**WHAT IS BEING ASKED:** Reproduce the first line of the entries that follow and each later line, word for word, ending with the one containing "v 65.4 1.5 -41.1".

**DATA PROVIDED:**
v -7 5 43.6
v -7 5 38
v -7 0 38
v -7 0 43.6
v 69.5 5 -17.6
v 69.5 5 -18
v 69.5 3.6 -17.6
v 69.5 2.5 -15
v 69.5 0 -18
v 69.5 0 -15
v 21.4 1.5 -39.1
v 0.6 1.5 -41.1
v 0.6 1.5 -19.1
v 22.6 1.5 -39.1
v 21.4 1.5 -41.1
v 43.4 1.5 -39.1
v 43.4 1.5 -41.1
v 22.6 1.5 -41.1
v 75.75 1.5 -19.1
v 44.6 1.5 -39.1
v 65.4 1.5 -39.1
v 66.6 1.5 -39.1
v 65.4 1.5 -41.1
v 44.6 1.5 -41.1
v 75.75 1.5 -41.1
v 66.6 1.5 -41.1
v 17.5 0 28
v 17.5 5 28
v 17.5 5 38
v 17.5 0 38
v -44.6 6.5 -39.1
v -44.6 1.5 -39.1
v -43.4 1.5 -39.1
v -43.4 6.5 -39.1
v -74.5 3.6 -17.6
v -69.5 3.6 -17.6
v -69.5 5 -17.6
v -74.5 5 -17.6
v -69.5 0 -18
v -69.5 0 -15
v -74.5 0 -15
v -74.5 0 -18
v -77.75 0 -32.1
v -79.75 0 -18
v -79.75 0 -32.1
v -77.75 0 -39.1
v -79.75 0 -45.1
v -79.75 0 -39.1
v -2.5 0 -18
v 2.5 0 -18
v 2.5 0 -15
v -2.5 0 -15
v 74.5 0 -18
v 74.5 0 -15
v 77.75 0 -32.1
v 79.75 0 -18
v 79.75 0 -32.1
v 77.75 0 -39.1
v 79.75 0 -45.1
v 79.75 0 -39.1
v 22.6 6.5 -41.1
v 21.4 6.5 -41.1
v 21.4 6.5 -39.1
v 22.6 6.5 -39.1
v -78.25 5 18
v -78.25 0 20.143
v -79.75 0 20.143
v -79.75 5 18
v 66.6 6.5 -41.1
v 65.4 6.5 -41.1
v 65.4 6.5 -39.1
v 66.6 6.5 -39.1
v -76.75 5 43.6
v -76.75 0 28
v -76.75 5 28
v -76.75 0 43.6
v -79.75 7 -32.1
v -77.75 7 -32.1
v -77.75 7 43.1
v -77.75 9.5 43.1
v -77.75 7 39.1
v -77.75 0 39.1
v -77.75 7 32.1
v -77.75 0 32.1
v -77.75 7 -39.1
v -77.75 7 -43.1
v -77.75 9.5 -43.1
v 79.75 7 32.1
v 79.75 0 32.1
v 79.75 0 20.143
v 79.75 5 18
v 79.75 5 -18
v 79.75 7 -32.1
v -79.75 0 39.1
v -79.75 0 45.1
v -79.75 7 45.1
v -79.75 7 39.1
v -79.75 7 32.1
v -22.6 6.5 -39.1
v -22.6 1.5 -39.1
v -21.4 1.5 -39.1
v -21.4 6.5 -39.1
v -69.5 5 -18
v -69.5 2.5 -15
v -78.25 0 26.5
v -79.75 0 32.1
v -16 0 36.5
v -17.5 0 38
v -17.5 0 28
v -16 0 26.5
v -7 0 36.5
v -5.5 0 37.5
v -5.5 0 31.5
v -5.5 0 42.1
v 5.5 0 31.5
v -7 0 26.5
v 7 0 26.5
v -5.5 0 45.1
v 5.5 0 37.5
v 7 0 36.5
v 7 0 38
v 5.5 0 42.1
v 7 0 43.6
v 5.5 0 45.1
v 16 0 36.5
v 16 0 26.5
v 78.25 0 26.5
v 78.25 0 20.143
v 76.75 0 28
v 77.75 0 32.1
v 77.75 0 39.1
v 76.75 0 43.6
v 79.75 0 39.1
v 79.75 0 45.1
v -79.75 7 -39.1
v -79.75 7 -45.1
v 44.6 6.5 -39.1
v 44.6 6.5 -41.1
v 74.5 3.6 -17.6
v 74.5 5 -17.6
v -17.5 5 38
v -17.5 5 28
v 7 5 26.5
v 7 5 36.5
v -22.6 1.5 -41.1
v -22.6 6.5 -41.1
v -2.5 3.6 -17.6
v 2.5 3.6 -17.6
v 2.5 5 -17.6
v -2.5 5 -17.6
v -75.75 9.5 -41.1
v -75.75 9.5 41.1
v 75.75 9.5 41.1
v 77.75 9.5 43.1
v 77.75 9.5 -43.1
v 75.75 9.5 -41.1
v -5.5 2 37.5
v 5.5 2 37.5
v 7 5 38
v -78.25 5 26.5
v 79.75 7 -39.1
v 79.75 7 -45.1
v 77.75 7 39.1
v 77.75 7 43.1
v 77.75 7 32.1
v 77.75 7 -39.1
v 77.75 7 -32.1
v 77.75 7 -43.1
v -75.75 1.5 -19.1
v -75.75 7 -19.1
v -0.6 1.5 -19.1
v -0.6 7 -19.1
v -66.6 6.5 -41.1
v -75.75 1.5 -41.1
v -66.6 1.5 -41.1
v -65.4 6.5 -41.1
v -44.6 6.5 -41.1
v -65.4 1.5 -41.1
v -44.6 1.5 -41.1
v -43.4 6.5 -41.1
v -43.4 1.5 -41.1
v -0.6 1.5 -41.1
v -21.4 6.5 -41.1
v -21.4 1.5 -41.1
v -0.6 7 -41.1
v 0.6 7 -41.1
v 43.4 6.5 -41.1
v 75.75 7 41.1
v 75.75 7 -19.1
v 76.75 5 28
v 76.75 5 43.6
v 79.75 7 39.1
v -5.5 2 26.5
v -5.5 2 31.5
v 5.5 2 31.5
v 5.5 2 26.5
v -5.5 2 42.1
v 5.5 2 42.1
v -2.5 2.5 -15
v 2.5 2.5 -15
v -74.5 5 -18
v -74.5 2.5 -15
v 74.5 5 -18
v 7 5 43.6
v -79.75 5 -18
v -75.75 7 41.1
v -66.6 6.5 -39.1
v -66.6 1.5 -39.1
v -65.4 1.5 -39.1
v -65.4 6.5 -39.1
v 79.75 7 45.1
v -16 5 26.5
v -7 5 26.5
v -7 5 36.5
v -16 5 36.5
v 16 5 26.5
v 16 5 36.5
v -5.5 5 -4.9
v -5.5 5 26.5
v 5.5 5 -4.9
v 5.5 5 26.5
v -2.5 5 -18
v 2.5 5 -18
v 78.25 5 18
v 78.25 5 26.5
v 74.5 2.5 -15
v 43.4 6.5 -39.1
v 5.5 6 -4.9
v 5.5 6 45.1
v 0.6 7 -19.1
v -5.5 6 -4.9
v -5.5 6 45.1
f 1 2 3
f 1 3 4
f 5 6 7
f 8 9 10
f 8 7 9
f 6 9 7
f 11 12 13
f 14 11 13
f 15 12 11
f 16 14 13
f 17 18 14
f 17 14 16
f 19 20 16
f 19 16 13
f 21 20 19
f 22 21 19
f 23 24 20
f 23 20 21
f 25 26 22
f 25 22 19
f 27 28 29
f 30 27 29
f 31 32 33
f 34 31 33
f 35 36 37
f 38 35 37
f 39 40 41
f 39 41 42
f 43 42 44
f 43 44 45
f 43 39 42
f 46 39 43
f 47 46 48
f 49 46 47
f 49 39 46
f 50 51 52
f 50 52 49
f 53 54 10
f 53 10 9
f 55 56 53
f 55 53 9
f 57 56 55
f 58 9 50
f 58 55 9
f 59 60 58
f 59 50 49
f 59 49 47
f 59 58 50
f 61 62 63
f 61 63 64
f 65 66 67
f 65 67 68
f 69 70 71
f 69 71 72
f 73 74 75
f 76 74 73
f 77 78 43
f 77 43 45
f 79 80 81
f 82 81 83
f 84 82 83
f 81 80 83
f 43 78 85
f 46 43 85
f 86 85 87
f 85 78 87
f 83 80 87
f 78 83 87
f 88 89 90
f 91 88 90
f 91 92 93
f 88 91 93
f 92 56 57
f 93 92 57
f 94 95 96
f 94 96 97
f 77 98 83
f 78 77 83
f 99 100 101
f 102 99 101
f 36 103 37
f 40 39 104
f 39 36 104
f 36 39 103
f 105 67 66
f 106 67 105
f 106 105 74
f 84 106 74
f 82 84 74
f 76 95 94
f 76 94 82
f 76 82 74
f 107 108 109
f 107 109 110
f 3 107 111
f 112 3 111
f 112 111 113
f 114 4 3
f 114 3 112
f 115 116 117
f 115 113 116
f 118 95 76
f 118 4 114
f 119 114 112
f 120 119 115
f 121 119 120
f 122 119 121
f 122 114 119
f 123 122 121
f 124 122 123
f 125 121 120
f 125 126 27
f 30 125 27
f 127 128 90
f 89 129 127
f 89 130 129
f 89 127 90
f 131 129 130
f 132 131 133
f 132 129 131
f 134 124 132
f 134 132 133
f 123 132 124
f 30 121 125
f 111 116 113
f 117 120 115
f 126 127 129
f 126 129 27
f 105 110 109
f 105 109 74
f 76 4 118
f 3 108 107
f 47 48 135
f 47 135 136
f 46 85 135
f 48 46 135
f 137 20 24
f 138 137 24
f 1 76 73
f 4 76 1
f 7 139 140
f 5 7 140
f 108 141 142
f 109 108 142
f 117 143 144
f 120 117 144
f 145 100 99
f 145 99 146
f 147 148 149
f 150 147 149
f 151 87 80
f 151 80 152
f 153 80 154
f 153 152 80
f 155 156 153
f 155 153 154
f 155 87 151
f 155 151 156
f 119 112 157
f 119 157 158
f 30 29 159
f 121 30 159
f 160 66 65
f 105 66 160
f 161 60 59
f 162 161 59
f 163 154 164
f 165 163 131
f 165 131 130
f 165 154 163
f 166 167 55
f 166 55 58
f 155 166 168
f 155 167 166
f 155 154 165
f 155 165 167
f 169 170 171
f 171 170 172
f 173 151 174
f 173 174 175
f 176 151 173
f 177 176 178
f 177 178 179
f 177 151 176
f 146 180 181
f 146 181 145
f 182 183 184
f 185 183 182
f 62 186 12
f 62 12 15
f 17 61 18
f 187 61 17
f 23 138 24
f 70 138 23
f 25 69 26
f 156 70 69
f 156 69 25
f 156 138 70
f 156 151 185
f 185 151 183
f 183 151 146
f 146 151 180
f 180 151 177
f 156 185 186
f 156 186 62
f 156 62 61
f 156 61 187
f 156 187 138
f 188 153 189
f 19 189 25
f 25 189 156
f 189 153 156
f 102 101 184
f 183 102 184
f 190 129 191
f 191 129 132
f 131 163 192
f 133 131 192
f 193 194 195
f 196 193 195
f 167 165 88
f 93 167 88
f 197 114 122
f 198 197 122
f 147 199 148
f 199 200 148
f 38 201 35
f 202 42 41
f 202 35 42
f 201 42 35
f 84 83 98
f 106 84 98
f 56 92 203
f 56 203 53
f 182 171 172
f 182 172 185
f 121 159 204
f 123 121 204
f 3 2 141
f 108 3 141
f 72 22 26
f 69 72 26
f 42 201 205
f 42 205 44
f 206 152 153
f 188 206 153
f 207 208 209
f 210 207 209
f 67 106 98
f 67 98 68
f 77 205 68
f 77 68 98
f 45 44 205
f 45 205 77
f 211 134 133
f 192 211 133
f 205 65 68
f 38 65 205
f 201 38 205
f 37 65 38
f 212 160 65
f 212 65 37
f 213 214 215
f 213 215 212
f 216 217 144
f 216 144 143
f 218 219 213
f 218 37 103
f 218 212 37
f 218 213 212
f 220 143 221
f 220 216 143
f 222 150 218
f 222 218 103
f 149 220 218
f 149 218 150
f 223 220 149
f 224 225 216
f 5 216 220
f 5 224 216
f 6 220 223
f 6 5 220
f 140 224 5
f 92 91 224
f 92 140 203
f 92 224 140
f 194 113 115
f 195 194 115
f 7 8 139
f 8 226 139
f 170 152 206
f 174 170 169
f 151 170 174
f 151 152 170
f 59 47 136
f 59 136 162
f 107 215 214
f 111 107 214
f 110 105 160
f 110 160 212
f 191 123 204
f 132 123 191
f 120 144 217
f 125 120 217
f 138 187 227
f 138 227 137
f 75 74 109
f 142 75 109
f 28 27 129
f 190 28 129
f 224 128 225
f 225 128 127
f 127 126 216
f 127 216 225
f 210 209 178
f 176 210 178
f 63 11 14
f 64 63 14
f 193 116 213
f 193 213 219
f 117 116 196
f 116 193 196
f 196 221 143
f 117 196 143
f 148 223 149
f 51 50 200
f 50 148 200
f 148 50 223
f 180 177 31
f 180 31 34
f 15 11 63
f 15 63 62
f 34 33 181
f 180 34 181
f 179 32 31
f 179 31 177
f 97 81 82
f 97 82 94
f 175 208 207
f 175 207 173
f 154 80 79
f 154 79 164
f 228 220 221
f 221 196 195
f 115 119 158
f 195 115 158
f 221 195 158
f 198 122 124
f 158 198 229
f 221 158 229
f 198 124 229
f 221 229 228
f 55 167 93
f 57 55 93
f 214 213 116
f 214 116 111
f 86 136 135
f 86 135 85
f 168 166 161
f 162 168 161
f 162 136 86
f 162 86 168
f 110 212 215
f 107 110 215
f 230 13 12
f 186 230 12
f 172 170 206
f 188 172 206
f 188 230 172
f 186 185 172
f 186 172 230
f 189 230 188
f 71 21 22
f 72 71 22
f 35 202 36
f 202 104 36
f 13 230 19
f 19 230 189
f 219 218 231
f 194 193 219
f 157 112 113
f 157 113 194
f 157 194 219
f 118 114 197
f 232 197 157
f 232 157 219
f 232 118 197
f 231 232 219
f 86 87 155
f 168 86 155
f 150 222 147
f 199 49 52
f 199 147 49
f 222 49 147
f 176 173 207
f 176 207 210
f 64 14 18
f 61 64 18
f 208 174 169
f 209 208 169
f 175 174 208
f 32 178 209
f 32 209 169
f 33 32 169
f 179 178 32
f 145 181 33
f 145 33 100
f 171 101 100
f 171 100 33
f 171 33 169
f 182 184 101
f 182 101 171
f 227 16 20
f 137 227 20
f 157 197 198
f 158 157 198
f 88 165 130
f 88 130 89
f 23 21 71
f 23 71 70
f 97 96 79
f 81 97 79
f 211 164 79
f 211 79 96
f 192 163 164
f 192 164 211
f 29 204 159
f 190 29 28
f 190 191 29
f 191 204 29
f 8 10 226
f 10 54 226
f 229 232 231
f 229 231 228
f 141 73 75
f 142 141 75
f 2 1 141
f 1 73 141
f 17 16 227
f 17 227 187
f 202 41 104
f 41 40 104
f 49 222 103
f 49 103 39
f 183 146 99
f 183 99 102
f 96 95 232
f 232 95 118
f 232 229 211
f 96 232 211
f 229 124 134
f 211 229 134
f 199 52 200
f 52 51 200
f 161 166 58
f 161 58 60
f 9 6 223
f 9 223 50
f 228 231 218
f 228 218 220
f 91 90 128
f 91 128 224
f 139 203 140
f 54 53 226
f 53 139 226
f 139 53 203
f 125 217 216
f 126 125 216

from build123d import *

# Parameters (mm, degrees)
SKETCH_1_W                 = 159.5
SKETCH_1_H                 = 90.2
EXTRUDE_1_DEPTH            = 9.5
SKETCH_2_W                 = 163.5
SKETCH_2_H                 = 94.2
SKETCH_2_W_2               = 155.5
SKETCH_2_H_2               = 86.2
CUT_EXTRUDE_1_DEPTH        = 2.5
SKETCH_3_W                 = 151.5
SKETCH_3_H                 = 82.2
CUT_EXTRUDE_2_DEPTH        = 2.5
SKETCH_4_W                 = 151.5
SKETCH_4_H                 = 22
CUT_EXTRUDE_3_DEPTH        = 5.5
SKETCH_5_W                 = 1.2
SKETCH_5_H                 = 22
EXTRUDE_2_DEPTH            = 5.5
SKETCH_7_W                 = 1.2
SKETCH_7_H                 = 2
EXTRUDE_4_DEPTH            = 5
PATTERN_LINEAR_1_COUNT     = 4
PATTERN_LINEAR_1_PITCH     = 22
PATTERN_LINEAR_1_COL_COUNT = 4
PATTERN_LINEAR_1_COL_PITCH = 22
SKETCH_8_W                 = 2
SKETCH_8_H                 = 7
CUT_EXTRUDE_4_DEPTH        = 92.886193196
CUT_EXTRUDE_5_DEPTH        = 167.025630551
EXTRUDE_5_DEPTH            = 2.5
PATTERN_LINEAR_2_COUNT     = 2
PATTERN_LINEAR_2_PITCH     = 72
PATTERN_LINEAR_2_COL_COUNT = 2
PATTERN_LINEAR_2_COL_PITCH = 72
SKETCH_11_W                = 153.5
SKETCH_11_H                = 15.6
CUT_EXTRUDE_6_DEPTH        = 5
SKETCH_12_W                = 156.5
SKETCH_12_H                = 10
CUT_EXTRUDE_7_DEPTH        = 5
SKETCH_13_W                = 32
SKETCH_13_H                = 10
CUT_EXTRUDE_8_DEPTH        = 5
EXTRUDE_6_DEPTH            = 5
SKETCH_15_W                = 14
SKETCH_15_H                = 18.6
EXTRUDE_7_DEPTH            = 5
SKETCH_16_W                = 11
SKETCH_16_H                = 6
SKETCH_16_H_2              = 5
CUT_EXTRUDE_9_DEPTH        = 5
SKETCH_17_W                = 11
SKETCH_17_H                = 4
CUT_EXTRUDE_10_DEPTH       = 50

**ANSWER FOR THE TASK:**
v -7 5 43.6
v -7 5 38
v -7 0 38
v -7 0 43.6
v 69.5 5 -17.6
v 69.5 5 -18
v 69.5 3.6 -17.6
v 69.5 2.5 -15
v 69.5 0 -18
v 69.5 0 -15
v 21.4 1.5 -39.1
v 0.6 1.5 -41.1
v 0.6 1.5 -19.1
v 22.6 1.5 -39.1
v 21.4 1.5 -41.1
v 43.4 1.5 -39.1
v 43.4 1.5 -41.1
v 22.6 1.5 -41.1
v 75.75 1.5 -19.1
v 44.6 1.5 -39.1
v 65.4 1.5 -39.1
v 66.6 1.5 -39.1
v 65.4 1.5 -41.1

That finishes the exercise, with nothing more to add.